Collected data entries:
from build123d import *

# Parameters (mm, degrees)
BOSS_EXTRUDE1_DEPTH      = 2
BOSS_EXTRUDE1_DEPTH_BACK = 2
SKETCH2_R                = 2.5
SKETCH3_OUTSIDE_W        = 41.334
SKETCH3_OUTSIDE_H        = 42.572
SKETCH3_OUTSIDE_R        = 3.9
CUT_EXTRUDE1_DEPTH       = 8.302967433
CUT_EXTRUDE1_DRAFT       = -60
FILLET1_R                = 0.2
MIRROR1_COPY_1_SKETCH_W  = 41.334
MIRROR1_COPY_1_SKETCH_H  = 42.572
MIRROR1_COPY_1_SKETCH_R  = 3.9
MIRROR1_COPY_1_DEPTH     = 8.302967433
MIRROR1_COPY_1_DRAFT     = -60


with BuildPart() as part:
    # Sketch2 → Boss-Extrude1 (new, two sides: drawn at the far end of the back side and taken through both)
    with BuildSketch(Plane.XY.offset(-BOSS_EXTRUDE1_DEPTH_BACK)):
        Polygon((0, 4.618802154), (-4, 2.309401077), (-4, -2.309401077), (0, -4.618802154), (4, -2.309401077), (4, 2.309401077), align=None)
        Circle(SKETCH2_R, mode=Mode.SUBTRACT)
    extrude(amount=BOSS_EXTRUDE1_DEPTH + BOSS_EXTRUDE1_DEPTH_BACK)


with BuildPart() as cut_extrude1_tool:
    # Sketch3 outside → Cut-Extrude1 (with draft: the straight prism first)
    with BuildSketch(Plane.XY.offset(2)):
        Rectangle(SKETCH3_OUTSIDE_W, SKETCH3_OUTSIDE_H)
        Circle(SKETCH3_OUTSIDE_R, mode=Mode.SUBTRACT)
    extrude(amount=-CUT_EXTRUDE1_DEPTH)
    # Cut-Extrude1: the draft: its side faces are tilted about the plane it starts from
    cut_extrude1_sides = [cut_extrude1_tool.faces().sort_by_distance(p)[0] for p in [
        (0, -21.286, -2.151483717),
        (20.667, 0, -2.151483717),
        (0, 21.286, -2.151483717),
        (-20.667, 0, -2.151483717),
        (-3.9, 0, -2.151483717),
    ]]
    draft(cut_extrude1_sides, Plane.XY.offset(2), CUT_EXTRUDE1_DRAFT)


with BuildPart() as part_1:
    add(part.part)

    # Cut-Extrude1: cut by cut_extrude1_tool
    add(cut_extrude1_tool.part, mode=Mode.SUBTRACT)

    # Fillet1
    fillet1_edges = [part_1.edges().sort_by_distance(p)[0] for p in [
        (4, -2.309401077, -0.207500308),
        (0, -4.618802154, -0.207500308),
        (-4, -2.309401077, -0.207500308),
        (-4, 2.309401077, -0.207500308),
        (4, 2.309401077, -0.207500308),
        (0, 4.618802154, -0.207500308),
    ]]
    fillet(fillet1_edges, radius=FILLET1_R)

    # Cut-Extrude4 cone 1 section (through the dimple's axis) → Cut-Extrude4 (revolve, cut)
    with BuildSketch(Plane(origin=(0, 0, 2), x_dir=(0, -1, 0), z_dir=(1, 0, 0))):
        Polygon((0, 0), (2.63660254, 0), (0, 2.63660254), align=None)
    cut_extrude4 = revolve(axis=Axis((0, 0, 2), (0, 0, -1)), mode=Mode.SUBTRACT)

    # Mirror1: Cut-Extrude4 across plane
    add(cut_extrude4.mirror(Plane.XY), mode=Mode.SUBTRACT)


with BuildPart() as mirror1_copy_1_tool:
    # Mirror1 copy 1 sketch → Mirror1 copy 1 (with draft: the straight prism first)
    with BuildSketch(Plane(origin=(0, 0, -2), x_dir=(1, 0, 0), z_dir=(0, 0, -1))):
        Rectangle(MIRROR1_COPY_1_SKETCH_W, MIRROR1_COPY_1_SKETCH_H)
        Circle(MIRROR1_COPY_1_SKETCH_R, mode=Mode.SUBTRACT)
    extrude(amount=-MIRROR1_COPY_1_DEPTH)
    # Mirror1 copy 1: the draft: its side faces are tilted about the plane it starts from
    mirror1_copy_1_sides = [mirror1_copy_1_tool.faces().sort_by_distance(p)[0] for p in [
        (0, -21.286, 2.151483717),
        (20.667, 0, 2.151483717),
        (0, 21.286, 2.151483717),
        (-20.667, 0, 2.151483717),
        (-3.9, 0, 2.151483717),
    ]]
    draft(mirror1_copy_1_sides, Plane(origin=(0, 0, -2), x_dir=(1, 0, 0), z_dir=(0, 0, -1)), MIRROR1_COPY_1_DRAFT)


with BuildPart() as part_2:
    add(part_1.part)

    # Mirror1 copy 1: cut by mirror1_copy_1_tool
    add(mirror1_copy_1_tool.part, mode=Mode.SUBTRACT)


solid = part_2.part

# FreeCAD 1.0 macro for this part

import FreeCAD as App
import Part
import Sketcher
from FreeCAD import Vector
Q = App.Units.Quantity


def edges_at(feature, points):
    """Names of the edges that pass closest to the given points."""
    edges = feature.Shape.Edges
    near = lambda p: min(range(len(edges)), key=lambda i: edges[i].distToShape(Part.Vertex(*p))[0])
    return sorted({f"Edge{near(p) + 1}" for p in points})


def faces_at(feature, points):
    """Names of the faces that lie closest to the given points."""
    faces = feature.Shape.Faces
    near = lambda p: min(range(len(faces)), key=lambda i: faces[i].distToShape(Part.Vertex(*p))[0])
    return sorted({f"Face{near(p) + 1}" for p in points})


def add_polygon(sketch, points):
    """Adds a closed chain of lines whose ends are joined by coincident constraints."""
    first, n = sketch.GeometryCount, len(points)
    for a, b in zip(points, points[1:] + points[:1]):
        sketch.addGeometry(Part.LineSegment(App.Vector(*a, 0), App.Vector(*b, 0)), False)
    for i in range(n):
        sketch.addConstraint(Sketcher.Constraint("Coincident", first + i, 2, first + (i + 1) % n, 1))

doc = App.newDocument("Part")
body = doc.addObject("PartDesign::Body", "Body")

# Sketch on XY plane
sketch1 = doc.addObject("Sketcher::SketchObject", "Sketch")
body.addObject(sketch1)
sketch1.AttachmentSupport = (doc.XY_Plane, [""])
sketch1.MapMode = "FlatFace"
add_polygon(sketch1, [(0, 4.6), (-4, 2.3), (-4, -2.3), (0, -4.6), (4, -2.3), (4, 2.3)])  # lines 0-5
sketch1.addGeometry(Part.Circle(Vector(0, 0, 0), Vector(0, 0, 1), 2.5), False)  # 6
sketch1.addConstraint([
    Sketcher.Constraint("Vertical", 1),
    Sketcher.Constraint("Vertical", 4),
    Sketcher.Constraint("Coincident", 6, 3, -1, 1),
    Sketcher.Constraint("Symmetric", 0, 2, 3, 2, -1, 1),
    Sketcher.Constraint("Symmetric", 2, 2, 5, 2, -1, 1),
    Sketcher.Constraint("PointOnObject", 2, 2, -2),
    Sketcher.Constraint("Parallel", 2, 5),
    Sketcher.Constraint("Horizontal", 1, 2, 3, 2),
    Sketcher.Constraint("Diameter", 6, 5.0),
    Sketcher.Constraint("Angle", 0, Q("-150 deg")),
    Sketcher.Constraint("DistanceX", 0, 2, -1, 1, 4.0),
    Sketcher.Constraint("DistanceY", -1, 1, 0, 2, 2.309401),
])
pad1 = doc.addObject("PartDesign::Pad", "Pad")
body.addObject(pad1)
pad1.Profile = sketch1
pad1.Type = "TwoLengths"
pad1.Length = 2
pad1.Length2 = 2
body2 = doc.addObject("PartDesign::Body", "Body001")

# Sketch on XY plane
sketch2 = doc.addObject("Sketcher::SketchObject", "Sketch001")
body2.addObject(sketch2)
sketch2.AttachmentSupport = (doc.getObject("XY_Plane001"), [""])
sketch2.MapMode = "FlatFace"
sketch2.AttachmentOffset = App.Placement(Vector(0, 0, 2), App.Rotation())
add_polygon(sketch2, [(-20.7, 21.3), (-20.7, -21.3), (20.7, -21.3), (20.7, 21.3)])  # lines 0-3
sketch2.addGeometry(Part.Circle(Vector(0, 0, 0), Vector(0, 0, 1), 3.9), False)  # 4
sketch2.addConstraint([
    Sketcher.Constraint("Vertical", 0),
    Sketcher.Constraint("Horizontal", 1),
    Sketcher.Constraint("Vertical", 2),
    Sketcher.Constraint("Horizontal", 3),
    Sketcher.Constraint("Coincident", 4, 3, -1, 1),
    Sketcher.Constraint("Symmetric", 0, 2, 2, 2, -1, 1),
    Sketcher.Constraint("Diameter", 4, 7.8),
    Sketcher.Constraint("DistanceX", 1, 1, 1, 2, 41.334),
    Sketcher.Constraint("DistanceY", 0, 2, 0, 1, 42.572),
])
pad2 = doc.addObject("PartDesign::Pad", "Pad001")
body2.addObject(pad2)
pad2.Profile = sketch2
pad2.Length = 8.302967
pad2.Reversed = True
doc.recompute()

datumplane = doc.addObject("PartDesign::Plane", "DatumPlane")
body2.addObject(datumplane)
datumplane.AttachmentSupport = (doc.getObject("XY_Plane001"), [""])
datumplane.MapMode = "FlatFace"
datumplane.AttachmentOffset = App.Placement(Vector(0, 0, 2), App.Rotation())
draft = doc.addObject("PartDesign::Draft", "Draft")
body2.addObject(draft)
draft.Base = (pad2, faces_at(pad2, [
    (0, -21.286, -2.151),
    (20.667, 0, -2.151),
    (0, 21.286, -2.151),
    (-20.667, 0, -2.151),
    (-3.9, 0, -2.151),
]))
draft.NeutralPlane = (datumplane, [""])
draft.Angle = 60
draft.Reversed = True
doc.recompute()

boolean = doc.addObject("PartDesign::Boolean", "Boolean")
body.addObject(boolean)
boolean.Type = "Cut"
boolean.addObjects([body2])
doc.recompute()

fillet = doc.addObject("PartDesign::Fillet", "Fillet")
body.addObject(fillet)
fillet.Base = (boolean, edges_at(boolean, [
    (4, -2.309, -0.208),
    (0, -4.619, -0.208),
    (-4, -2.309, -0.208),
    (-4, 2.309, -0.208),
    (4, 2.309, -0.208),
    (0, 4.619, -0.208),
]))
fillet.Radius = 0.2

# Sketch on YZ plane
sketch3 = doc.addObject("Sketcher::SketchObject", "Sketch002")
body.addObject(sketch3)
sketch3.AttachmentSupport = (doc.YZ_Plane, [""])
sketch3.MapMode = "FlatFace"
add_polygon(sketch3, [(0, 2), (-2.6, 2), (0, -0.6)])  # lines 0-2
sketch3.addConstraint([
    Sketcher.Constraint("Horizontal", 0),
    Sketcher.Constraint("Vertical", 2),
    Sketcher.Constraint("PointOnObject", 1, 2, -2),
    Sketcher.Constraint("Equal", 0, 2),
    Sketcher.Constraint("DistanceY", -1, 1, 0, 2, 2.0),
    Sketcher.Constraint("Distance", 1, 3.728719),
])
groove = doc.addObject("PartDesign::Groove", "Groove")
body.addObject(groove)
groove.Profile = sketch3
groove.ReferenceAxis = (sketch3, ["V_Axis"])
groove.Angle = 360
doc.recompute()

mirrored = doc.addObject("PartDesign::Mirrored", "Mirrored")
body.addObject(mirrored)
mirrored.Originals = [groove]
mirrored.MirrorPlane = (doc.XY_Plane, [""])
body.Tip = mirrored
body3 = doc.addObject("PartDesign::Body", "Body002")

# Sketch on XY plane
sketch4 = doc.addObject("Sketcher::SketchObject", "Sketch003")
body3.addObject(sketch4)
sketch4.AttachmentSupport = (doc.getObject("XY_Plane002"), [""])
sketch4.MapMode = "FlatFace"
sketch4.AttachmentOffset = App.Placement(Vector(0, 0, -2), App.Rotation())
add_polygon(sketch4, [(-20.7, -21.3), (-20.7, 21.3), (20.7, 21.3), (20.7, -21.3)])  # lines 0-3
sketch4.addGeometry(Part.Circle(Vector(0, 0, 0), Vector(0, 0, 1), 3.9), False)  # 4
sketch4.addConstraint([
    Sketcher.Constraint("Vertical", 0),
    Sketcher.Constraint("Horizontal", 1),
    Sketcher.Constraint("Vertical", 2),
    Sketcher.Constraint("Horizontal", 3),
    Sketcher.Constraint("Coincident", 4, 3, -1, 1),
    Sketcher.Constraint("Symmetric", 0, 2, 2, 2, -1, 1),
    Sketcher.Constraint("Diameter", 4, 7.8),
    Sketcher.Constraint("DistanceX", 1, 1, 1, 2, 41.334),
    Sketcher.Constraint("DistanceY", 0, 1, 0, 2, 42.572),
])
pad3 = doc.addObject("PartDesign::Pad", "Pad002")
body3.addObject(pad3)
pad3.Profile = sketch4
pad3.Length = 8.302967
doc.recompute()

datumplane2 = doc.addObject("PartDesign::Plane", "DatumPlane001")
body3.addObject(datumplane2)
datumplane2.AttachmentSupport = (doc.getObject("XY_Plane002"), [""])
datumplane2.MapMode = "FlatFace"
datumplane2.AttachmentOffset = App.Placement(Vector(0, 0, -2), App.Rotation())
draft2 = doc.addObject("PartDesign::Draft", "Draft001")
body3.addObject(draft2)
draft2.Base = (pad3, faces_at(pad3, [
    (0, -21.286, 2.151),
    (20.667, 0, 2.151),
    (0, 21.286, 2.151),
    (-20.667, 0, 2.151),
    (-3.9, 0, 2.151),
]))
draft2.NeutralPlane = (datumplane2, [""])
draft2.Angle = 60
draft2.Reversed = False
doc.recompute()

boolean2 = doc.addObject("PartDesign::Boolean", "Boolean001")
body.addObject(boolean2)
boolean2.Type = "Cut"
boolean2.addObjects([body3])

doc.recompute()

▸ Brief
Find the word "prism" in the entries and show each line where it is found.

▸ Answer for the task
    # Sketch3 outside → Cut-Extrude1 (with draft: the straight prism first)
    # Mirror1 copy 1 sketch → Mirror1 copy 1 (with draft: the straight prism first)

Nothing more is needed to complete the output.